-- Aim of the exercise --
Wherever the string "both" shows up in the material below, copy that line.

-- Extracted data --
'''
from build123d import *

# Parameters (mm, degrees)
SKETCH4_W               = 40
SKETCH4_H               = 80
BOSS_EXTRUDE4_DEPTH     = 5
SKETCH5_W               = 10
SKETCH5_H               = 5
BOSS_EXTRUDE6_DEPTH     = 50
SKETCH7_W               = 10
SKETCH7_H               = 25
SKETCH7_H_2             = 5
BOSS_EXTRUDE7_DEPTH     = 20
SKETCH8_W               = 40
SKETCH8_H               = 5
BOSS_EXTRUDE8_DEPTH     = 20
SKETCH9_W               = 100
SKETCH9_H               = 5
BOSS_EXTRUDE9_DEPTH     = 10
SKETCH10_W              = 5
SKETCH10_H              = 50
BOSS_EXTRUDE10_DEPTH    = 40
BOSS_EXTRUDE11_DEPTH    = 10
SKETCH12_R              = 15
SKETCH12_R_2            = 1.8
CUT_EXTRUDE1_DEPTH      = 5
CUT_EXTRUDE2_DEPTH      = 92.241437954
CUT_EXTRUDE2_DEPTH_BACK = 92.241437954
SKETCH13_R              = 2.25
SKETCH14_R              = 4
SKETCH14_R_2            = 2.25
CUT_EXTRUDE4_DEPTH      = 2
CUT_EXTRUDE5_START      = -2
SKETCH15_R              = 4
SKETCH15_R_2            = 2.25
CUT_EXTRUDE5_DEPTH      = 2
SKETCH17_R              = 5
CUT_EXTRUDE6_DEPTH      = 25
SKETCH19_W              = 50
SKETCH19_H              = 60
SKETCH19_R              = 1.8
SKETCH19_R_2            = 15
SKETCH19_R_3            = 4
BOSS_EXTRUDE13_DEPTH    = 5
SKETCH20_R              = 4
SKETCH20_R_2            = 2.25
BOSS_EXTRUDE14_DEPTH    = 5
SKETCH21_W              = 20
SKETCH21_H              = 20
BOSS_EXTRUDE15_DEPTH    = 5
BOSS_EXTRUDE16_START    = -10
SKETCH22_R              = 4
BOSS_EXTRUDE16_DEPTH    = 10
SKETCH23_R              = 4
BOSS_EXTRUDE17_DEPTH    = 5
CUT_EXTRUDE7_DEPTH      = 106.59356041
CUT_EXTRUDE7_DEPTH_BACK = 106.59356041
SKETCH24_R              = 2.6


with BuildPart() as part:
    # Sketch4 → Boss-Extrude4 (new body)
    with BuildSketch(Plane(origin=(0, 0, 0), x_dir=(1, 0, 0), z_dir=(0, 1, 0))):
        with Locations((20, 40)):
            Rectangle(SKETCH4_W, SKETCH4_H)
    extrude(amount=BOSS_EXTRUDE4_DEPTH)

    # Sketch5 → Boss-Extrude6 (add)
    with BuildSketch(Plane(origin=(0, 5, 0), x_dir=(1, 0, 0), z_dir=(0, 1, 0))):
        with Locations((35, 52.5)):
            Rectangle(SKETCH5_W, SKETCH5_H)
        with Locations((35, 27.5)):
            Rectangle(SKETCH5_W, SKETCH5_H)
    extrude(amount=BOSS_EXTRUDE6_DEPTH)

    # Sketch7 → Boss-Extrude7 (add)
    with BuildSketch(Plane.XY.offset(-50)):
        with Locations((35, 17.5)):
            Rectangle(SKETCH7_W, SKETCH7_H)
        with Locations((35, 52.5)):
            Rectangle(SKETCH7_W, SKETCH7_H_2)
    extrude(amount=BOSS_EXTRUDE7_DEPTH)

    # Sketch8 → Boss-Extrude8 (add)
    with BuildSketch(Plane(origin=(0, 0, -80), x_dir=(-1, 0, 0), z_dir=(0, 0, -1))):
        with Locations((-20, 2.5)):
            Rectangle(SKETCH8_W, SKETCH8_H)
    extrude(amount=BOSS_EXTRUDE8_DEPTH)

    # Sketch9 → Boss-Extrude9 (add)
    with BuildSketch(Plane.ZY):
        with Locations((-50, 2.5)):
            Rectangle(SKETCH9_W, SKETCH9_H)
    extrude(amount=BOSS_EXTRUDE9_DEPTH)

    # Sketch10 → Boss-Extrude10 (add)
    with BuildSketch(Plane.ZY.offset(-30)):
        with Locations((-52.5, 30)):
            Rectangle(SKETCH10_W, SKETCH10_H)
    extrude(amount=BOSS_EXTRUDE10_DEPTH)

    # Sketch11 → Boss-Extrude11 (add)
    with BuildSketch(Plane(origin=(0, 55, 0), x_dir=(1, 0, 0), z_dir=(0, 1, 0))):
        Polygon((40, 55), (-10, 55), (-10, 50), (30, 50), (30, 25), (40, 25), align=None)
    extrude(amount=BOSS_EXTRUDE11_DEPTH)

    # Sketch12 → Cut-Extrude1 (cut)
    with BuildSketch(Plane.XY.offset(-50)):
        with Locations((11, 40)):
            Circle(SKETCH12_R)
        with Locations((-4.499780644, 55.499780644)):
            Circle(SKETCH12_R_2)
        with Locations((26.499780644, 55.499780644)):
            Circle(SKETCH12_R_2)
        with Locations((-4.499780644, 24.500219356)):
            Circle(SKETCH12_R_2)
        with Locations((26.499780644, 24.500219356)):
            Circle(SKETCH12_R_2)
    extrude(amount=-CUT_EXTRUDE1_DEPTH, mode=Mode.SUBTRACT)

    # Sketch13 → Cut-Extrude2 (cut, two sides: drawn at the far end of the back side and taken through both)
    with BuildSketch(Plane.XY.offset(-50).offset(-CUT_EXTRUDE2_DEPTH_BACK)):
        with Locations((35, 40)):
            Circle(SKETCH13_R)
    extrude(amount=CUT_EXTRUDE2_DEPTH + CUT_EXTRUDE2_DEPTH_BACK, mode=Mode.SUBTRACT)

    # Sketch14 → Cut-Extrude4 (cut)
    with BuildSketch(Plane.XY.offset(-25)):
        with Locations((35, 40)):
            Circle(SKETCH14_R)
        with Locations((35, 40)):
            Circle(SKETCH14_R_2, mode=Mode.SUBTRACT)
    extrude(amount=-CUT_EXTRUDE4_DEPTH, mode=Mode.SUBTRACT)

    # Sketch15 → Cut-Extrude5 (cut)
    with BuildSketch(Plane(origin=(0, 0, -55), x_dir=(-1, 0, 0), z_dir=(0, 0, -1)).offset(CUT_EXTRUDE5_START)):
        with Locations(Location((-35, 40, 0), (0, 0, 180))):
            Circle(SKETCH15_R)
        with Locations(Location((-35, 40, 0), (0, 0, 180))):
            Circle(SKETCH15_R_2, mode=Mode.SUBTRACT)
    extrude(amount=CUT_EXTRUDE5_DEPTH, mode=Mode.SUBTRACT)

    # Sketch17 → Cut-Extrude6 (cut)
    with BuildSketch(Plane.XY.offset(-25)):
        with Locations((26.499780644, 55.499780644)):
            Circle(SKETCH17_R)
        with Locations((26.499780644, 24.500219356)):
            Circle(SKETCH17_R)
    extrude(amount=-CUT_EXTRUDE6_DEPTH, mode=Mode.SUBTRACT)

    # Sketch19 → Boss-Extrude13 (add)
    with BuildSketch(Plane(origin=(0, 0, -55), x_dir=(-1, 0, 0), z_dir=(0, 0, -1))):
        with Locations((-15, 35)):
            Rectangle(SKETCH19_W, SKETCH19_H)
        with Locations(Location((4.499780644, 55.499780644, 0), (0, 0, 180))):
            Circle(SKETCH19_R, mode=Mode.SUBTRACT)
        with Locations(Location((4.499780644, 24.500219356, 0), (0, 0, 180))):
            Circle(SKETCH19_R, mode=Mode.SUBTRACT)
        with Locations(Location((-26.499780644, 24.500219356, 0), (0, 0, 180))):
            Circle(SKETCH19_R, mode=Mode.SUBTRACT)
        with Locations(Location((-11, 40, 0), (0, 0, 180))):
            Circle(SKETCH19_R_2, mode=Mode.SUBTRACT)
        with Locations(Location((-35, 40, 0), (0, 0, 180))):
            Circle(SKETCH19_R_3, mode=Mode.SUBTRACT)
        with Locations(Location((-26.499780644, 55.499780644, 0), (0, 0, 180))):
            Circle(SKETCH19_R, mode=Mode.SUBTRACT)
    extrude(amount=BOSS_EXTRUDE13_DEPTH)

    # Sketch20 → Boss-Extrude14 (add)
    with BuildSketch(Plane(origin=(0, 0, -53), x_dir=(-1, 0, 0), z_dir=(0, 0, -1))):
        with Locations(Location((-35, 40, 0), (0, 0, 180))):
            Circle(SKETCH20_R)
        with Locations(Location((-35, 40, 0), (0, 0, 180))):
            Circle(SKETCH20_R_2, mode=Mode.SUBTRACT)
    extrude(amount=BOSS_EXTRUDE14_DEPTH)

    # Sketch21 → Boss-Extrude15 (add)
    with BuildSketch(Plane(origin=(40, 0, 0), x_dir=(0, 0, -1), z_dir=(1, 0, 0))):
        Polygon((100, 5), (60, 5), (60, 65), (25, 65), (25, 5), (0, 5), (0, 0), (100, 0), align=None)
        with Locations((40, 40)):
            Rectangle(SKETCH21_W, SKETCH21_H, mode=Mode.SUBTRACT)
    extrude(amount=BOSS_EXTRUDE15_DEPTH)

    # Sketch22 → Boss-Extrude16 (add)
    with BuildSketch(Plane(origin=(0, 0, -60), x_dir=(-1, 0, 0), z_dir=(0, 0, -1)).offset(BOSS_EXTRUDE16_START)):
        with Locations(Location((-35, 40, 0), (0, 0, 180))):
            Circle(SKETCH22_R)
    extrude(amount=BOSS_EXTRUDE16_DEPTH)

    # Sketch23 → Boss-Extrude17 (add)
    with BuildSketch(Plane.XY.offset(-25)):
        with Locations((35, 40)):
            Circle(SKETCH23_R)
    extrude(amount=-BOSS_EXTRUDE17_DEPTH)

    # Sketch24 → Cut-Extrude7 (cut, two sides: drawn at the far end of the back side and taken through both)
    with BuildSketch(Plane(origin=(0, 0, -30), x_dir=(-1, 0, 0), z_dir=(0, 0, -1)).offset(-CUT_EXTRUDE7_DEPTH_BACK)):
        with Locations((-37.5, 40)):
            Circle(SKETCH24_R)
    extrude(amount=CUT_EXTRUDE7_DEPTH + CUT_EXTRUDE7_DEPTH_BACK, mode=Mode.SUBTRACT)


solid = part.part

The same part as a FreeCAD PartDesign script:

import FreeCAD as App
import Part
import Sketcher

V = App.Vector
Q = App.Units.Quantity


def add_polygon(sketch, points):
    """Adds a closed chain of lines whose ends are joined by coincident constraints."""
    first, n = sketch.GeometryCount, len(points)
    for a, b in zip(points, points[1:] + points[:1]):
        sketch.addGeometry(Part.LineSegment(App.Vector(*a, 0), App.Vector(*b, 0)), False)
    for i in range(n):
        sketch.addConstraint(Sketcher.Constraint("Coincident", first + i, 2, first + (i + 1) % n, 1))

doc = App.newDocument("Part")
body = doc.addObject("PartDesign::Body", "Body")

# Sketch on XZ plane
sketch1 = doc.addObject("Sketcher::SketchObject", "Sketch")
body.addObject(sketch1)
sketch1.AttachmentSupport = (doc.XZ_Plane, [""])
sketch1.MapMode = "FlatFace"
add_polygon(sketch1, [(0, -80), (0, 0), (40, 0), (40, -80)])  # lines 0-3
sketch1.addConstraint([
    Sketcher.Constraint("Vertical", 0),
    Sketcher.Constraint("Horizontal", 1),
    Sketcher.Constraint("Vertical", 2),
    Sketcher.Constraint("Horizontal", 3),
    Sketcher.Constraint("Coincident", 0, 2, -1, 1),
    Sketcher.Constraint("DistanceX", 1, 1, 1, 2, Q("40 mm")),
    Sketcher.Constraint("DistanceY", 0, 1, 0, 2, Q("80 mm")),
])
pad1 = doc.addObject("PartDesign::Pad", "Pad")
body.addObject(pad1)
pad1.Profile = sketch1
pad1.Length = 5
pad1.Reversed = True

# Sketch on XZ plane
sketch2 = doc.addObject("Sketcher::SketchObject", "Sketch001")
body.addObject(sketch2)
sketch2.AttachmentSupport = (doc.XZ_Plane, [""])
sketch2.MapMode = "FlatFace"
sketch2.AttachmentOffset = App.Placement(V(0, 0, -5), App.Rotation())
add_polygon(sketch2, [(30, -55), (30, -50), (40, -50), (40, -55)])  # lines 0-3
add_polygon(sketch2, [(30, -30), (30, -25), (40, -25), (40, -30)])  # lines 4-7
sketch2.addConstraint([
    Sketcher.Constraint("Vertical", 0),
    Sketcher.Constraint("Horizontal", 1),
    Sketcher.Constraint("Vertical", 2),
    Sketcher.Constraint("Horizontal", 3),
    Sketcher.Constraint("Vertical", 4),
    Sketcher.Constraint("Horizontal", 5),
    Sketcher.Constraint("Vertical", 6),
    Sketcher.Constraint("Horizontal", 7),
    Sketcher.Constraint("Vertical", 3, 2, 4, 2),
    Sketcher.Constraint("Vertical", 2, 2, 5, 2),
    Sketcher.Constraint("Equal", 2, 4),
    Sketcher.Constraint("DistanceX", 1, 1, 1, 2, Q("10 mm")),
    Sketcher.Constraint("DistanceY", 0, 1, 0, 2, Q("5 mm")),
    Sketcher.Constraint("DistanceX", -1, 1, 0, 2, Q("30 mm")),
    Sketcher.Constraint("DistanceY", 0, 2, -1, 1, Q("50 mm")),
    Sketcher.Constraint("DistanceY", 4, 2, -1, 1, Q("25 mm")),
])
pad2 = doc.addObject("PartDesign::Pad", "Pad001")
body.addObject(pad2)
pad2.Profile = sketch2
pad2.Length = 50
pad2.Reversed = True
'''
-- Expected answer --
    # Sketch13 → Cut-Extrude2 (cut, two sides: drawn at the far end of the back side and taken through both)
    # Sketch24 → Cut-Extrude7 (cut, two sides: drawn at the far end of the back side and taken through both)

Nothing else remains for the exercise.